Neue Gesichter beim HSV: Der kleine Wurf
Der Hamburger SV baut um: Trainer wird Armin Veh, Sportchef im Vorstand der ehemalige Profi Bastian Reinhardt. Manche sprechen von einer "Lachnummer".
Erst die kommende Saison wird zeigen, ob Pfingsten 2010 als Befreiungsschlag oder letztes Gefecht der HSV-Führung in die Annalen eingeht. Den Überraschungseffekt kann Vorstandsboss Hoffmann und Aufsichtratschef Becker aber jetzt schon keiner mehr nehmen. Ganz Hamburg hatte damit gerechnet, dass auf der für Dienstagabend angekündigten Aufsichtratssitzung mit Becker das letzte Bauklötzchen um den allmächtigen Hoffmann herum umkippt.

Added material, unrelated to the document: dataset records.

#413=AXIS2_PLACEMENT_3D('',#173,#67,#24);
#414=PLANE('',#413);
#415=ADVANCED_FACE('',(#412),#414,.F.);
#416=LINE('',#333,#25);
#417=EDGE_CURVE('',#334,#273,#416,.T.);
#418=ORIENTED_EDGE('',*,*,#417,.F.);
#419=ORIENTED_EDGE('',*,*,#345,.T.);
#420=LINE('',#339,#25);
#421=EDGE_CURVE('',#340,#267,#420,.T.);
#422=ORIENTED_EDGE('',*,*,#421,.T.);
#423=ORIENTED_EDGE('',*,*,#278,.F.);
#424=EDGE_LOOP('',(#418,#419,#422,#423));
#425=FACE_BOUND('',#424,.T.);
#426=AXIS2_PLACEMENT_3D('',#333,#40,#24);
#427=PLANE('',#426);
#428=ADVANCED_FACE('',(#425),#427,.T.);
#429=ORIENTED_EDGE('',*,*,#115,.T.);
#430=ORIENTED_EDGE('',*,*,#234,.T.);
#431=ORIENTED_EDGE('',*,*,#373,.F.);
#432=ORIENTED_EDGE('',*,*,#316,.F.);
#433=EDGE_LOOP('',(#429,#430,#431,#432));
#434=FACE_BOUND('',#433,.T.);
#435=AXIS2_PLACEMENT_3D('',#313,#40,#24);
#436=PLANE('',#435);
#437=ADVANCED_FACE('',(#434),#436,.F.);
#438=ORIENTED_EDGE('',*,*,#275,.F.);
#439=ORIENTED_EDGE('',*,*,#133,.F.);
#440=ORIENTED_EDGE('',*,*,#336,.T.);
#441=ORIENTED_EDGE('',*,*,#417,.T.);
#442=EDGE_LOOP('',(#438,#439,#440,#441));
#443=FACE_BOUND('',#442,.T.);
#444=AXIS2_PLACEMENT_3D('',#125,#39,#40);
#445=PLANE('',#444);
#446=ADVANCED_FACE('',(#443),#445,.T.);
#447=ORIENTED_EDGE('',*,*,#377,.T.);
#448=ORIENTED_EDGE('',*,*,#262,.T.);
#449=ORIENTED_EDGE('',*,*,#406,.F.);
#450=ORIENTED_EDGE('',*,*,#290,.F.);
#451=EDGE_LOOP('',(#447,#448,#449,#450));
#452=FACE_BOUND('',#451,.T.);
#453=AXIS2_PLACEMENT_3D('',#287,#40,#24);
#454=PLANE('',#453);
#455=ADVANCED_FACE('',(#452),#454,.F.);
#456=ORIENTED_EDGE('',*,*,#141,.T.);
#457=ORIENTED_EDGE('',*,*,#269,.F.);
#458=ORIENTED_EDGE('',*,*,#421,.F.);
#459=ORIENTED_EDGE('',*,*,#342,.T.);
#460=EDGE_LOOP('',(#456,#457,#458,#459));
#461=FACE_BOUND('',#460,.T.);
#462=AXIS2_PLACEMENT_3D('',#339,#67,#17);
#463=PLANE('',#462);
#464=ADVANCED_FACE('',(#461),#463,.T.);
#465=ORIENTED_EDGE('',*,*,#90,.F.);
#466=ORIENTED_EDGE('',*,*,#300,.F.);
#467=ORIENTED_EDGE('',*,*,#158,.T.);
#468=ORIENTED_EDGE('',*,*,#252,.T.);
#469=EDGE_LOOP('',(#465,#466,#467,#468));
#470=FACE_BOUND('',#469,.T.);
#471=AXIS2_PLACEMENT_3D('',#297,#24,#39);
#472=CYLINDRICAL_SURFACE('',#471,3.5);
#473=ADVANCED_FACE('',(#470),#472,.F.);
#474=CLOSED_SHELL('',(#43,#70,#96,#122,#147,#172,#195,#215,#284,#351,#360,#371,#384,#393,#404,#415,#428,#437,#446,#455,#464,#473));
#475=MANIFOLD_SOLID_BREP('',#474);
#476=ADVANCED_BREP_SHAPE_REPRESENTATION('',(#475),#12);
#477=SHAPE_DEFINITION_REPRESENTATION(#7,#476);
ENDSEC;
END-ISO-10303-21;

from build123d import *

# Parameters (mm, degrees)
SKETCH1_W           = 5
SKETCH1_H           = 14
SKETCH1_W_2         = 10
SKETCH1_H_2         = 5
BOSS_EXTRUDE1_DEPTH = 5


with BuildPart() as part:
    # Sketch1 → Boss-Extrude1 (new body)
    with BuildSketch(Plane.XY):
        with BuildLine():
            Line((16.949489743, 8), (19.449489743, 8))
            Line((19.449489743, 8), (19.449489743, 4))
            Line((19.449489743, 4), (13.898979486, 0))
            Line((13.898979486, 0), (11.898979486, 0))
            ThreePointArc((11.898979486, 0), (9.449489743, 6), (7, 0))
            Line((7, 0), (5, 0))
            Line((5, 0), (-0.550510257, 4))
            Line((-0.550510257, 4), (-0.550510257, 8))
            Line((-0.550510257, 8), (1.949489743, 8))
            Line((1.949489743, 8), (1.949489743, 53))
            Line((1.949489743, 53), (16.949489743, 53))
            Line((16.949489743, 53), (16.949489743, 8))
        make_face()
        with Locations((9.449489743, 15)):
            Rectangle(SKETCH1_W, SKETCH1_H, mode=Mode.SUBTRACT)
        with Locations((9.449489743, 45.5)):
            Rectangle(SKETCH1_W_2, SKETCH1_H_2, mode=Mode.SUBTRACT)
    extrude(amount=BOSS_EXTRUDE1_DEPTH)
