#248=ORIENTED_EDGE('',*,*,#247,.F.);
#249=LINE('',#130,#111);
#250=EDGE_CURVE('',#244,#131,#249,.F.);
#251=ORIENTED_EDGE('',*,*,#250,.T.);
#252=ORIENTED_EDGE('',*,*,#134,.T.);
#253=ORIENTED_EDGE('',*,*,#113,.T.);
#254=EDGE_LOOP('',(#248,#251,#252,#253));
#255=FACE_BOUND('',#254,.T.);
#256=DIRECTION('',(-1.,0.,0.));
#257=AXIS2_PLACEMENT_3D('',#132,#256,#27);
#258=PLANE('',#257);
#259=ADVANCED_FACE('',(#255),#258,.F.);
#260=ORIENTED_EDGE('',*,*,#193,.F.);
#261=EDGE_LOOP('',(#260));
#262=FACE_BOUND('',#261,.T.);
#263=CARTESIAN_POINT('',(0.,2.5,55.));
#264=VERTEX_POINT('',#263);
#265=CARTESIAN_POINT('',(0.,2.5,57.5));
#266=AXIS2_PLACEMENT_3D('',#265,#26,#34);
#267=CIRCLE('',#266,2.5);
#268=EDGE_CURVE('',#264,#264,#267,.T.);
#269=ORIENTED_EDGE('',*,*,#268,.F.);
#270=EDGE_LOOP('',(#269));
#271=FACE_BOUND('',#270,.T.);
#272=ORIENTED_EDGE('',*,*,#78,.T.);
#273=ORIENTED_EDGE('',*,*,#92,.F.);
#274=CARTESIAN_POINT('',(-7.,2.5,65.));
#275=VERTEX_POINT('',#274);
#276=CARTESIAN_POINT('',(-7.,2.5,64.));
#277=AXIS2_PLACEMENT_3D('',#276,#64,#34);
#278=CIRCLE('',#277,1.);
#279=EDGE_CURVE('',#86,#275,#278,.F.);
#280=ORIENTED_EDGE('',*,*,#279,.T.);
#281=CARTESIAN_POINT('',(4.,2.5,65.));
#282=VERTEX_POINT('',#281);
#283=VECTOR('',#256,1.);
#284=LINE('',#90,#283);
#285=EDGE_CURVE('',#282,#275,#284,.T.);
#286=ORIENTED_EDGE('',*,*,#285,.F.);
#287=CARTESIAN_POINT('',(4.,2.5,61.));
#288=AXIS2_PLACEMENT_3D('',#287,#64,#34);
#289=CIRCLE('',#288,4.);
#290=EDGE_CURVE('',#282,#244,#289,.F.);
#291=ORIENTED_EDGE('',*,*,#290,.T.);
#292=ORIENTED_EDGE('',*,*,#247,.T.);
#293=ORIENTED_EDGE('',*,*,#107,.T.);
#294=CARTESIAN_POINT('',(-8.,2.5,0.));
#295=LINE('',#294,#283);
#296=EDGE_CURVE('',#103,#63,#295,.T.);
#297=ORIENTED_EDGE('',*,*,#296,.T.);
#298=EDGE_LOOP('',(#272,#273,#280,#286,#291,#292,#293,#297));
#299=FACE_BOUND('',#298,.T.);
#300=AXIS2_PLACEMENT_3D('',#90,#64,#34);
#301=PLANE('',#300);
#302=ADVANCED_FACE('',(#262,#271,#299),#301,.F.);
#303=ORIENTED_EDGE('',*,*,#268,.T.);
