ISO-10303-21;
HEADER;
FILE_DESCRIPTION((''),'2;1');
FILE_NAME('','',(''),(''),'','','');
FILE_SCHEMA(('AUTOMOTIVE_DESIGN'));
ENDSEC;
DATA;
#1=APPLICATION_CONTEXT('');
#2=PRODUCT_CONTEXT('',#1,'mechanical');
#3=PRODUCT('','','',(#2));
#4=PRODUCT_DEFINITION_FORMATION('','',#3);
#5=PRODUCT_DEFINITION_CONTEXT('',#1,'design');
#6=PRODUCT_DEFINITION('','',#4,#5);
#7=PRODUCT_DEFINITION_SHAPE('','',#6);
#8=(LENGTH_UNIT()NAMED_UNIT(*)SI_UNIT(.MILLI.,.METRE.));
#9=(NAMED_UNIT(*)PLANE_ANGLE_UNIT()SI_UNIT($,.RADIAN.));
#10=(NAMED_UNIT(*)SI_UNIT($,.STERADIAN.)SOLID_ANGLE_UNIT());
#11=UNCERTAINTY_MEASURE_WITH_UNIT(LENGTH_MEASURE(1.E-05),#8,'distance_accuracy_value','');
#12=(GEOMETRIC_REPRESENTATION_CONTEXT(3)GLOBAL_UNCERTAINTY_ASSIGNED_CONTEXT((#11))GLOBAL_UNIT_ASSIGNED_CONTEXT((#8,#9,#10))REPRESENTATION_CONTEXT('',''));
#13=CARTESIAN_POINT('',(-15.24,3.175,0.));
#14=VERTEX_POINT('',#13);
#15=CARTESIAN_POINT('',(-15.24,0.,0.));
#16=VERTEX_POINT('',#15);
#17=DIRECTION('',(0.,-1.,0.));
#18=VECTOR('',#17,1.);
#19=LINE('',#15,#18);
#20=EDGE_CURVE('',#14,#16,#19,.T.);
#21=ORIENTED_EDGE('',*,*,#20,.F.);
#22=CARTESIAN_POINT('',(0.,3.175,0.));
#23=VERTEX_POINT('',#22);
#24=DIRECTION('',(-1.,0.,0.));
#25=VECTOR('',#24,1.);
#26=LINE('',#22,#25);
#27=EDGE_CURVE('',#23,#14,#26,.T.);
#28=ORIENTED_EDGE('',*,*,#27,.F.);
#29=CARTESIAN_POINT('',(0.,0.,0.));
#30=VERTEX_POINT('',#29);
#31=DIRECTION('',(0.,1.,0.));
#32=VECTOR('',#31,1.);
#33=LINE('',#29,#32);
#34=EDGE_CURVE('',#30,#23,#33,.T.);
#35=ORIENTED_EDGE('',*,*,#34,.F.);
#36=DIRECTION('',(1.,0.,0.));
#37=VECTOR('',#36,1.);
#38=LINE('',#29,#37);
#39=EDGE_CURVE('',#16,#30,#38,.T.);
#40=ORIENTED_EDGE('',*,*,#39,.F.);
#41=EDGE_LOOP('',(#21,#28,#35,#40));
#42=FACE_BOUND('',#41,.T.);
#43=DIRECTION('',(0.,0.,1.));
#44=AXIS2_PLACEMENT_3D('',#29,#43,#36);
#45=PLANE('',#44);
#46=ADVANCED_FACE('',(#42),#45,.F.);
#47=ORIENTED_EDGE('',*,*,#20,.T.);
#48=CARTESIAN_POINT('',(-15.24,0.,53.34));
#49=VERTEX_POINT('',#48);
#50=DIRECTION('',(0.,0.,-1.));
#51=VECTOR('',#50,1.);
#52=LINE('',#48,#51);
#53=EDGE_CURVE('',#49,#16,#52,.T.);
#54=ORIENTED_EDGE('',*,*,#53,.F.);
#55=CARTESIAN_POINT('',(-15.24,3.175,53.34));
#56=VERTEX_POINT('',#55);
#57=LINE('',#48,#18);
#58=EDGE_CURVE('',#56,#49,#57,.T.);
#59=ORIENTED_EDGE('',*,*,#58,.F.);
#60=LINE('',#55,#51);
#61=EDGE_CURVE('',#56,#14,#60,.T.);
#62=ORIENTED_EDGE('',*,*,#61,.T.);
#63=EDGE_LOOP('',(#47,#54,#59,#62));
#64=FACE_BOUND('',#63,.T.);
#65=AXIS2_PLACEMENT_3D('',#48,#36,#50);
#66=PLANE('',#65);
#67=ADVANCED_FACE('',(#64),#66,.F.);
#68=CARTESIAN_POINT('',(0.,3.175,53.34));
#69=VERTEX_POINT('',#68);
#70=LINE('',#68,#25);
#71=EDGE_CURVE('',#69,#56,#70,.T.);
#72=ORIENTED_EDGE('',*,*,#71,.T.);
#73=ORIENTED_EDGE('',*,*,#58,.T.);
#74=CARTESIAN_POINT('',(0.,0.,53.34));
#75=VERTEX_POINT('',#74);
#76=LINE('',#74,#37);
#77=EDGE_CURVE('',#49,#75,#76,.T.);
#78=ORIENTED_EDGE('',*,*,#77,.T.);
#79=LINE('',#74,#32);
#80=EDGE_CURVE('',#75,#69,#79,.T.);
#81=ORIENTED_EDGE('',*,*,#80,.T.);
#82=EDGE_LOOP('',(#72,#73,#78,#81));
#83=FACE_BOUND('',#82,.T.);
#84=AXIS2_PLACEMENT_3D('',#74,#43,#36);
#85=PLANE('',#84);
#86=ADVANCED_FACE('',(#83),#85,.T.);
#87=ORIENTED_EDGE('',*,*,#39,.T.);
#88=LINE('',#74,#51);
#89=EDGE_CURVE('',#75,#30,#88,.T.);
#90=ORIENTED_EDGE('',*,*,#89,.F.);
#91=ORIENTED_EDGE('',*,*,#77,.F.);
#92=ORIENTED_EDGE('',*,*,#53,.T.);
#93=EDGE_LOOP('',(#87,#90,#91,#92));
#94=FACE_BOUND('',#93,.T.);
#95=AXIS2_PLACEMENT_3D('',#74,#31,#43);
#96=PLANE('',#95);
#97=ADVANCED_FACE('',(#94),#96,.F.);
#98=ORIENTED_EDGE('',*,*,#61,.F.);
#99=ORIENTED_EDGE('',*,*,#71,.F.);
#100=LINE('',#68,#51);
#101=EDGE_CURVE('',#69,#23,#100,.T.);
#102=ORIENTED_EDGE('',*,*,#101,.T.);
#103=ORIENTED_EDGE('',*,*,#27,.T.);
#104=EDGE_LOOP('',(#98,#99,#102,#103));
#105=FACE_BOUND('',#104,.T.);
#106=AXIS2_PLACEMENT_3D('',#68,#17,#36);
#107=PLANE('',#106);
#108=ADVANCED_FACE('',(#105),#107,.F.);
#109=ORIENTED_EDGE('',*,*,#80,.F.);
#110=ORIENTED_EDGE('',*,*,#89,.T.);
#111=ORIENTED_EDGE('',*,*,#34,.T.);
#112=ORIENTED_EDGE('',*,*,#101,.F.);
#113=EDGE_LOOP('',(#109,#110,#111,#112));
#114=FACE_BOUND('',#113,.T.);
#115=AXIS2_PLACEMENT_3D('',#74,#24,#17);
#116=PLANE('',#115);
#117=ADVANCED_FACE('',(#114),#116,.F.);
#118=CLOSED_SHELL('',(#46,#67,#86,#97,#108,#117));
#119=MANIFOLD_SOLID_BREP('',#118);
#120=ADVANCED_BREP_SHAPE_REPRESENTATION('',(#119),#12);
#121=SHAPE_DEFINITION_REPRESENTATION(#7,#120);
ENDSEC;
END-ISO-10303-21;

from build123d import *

# Parameters (mm, degrees)
SKETCH1_W           = 15.24
SKETCH1_H           = 3.175
BOSS_EXTRUDE1_DEPTH = 53.34


with BuildPart() as part:
    # Sketch1 → Boss-Extrude1 (new body)
    with BuildSketch(Plane.XY):
        with Locations((-7.62, 1.5875)):
            Rectangle(SKETCH1_W, SKETCH1_H)
    extrude(amount=BOSS_EXTRUDE1_DEPTH)


solid = part.part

Da präsentieren die Gremien, aus denen sonst jedes Hüsteln an die Öffentlichkeit gerät, völlig unerwartet am Dienstagmittag auf einen Schlag einen neuen Trainer und neuen Sportvorstand. Noch dazu mit Armin Veh und Bastian Reinhardt zwei Personen, die in der Gerüchteküche nie gehandelt worden waren. "Da muss ich schon schmunzeln", freute sich Becker über den Coup. So gelungen die Inszenierung war, die vorgestellten Lösungen treffen auf viel Skepsis. Für den Trainerjob war über Pfingsten nach Bernd Schuster zuletzt HSV-Ikone Kevin Keegan als heißer Tipp gehandelt worden. Dagegen wirkt die Verpflichtung von Armin Veh, der zuletzt vorzeitig in Stuttgart und Wolfsburg entlassen wurde, eher als biedere Lösung. Für den kantigen Augsburger wird gesprochen haben, dass er den VfB Stuttgart 2007 sensationell zur deutschen Meisterschaft führte. Von solchen kleinen Wundern träumt man an der Elbe auch jedes Jahr aufs Neue. Für den vor einiger Zeit von Bernd Hoffmann postulierten "kontinuierlichen Aufbau" einer Mannschaft hat Veh dagegen bislang noch kein Anschauungsmaterial hinterlassen.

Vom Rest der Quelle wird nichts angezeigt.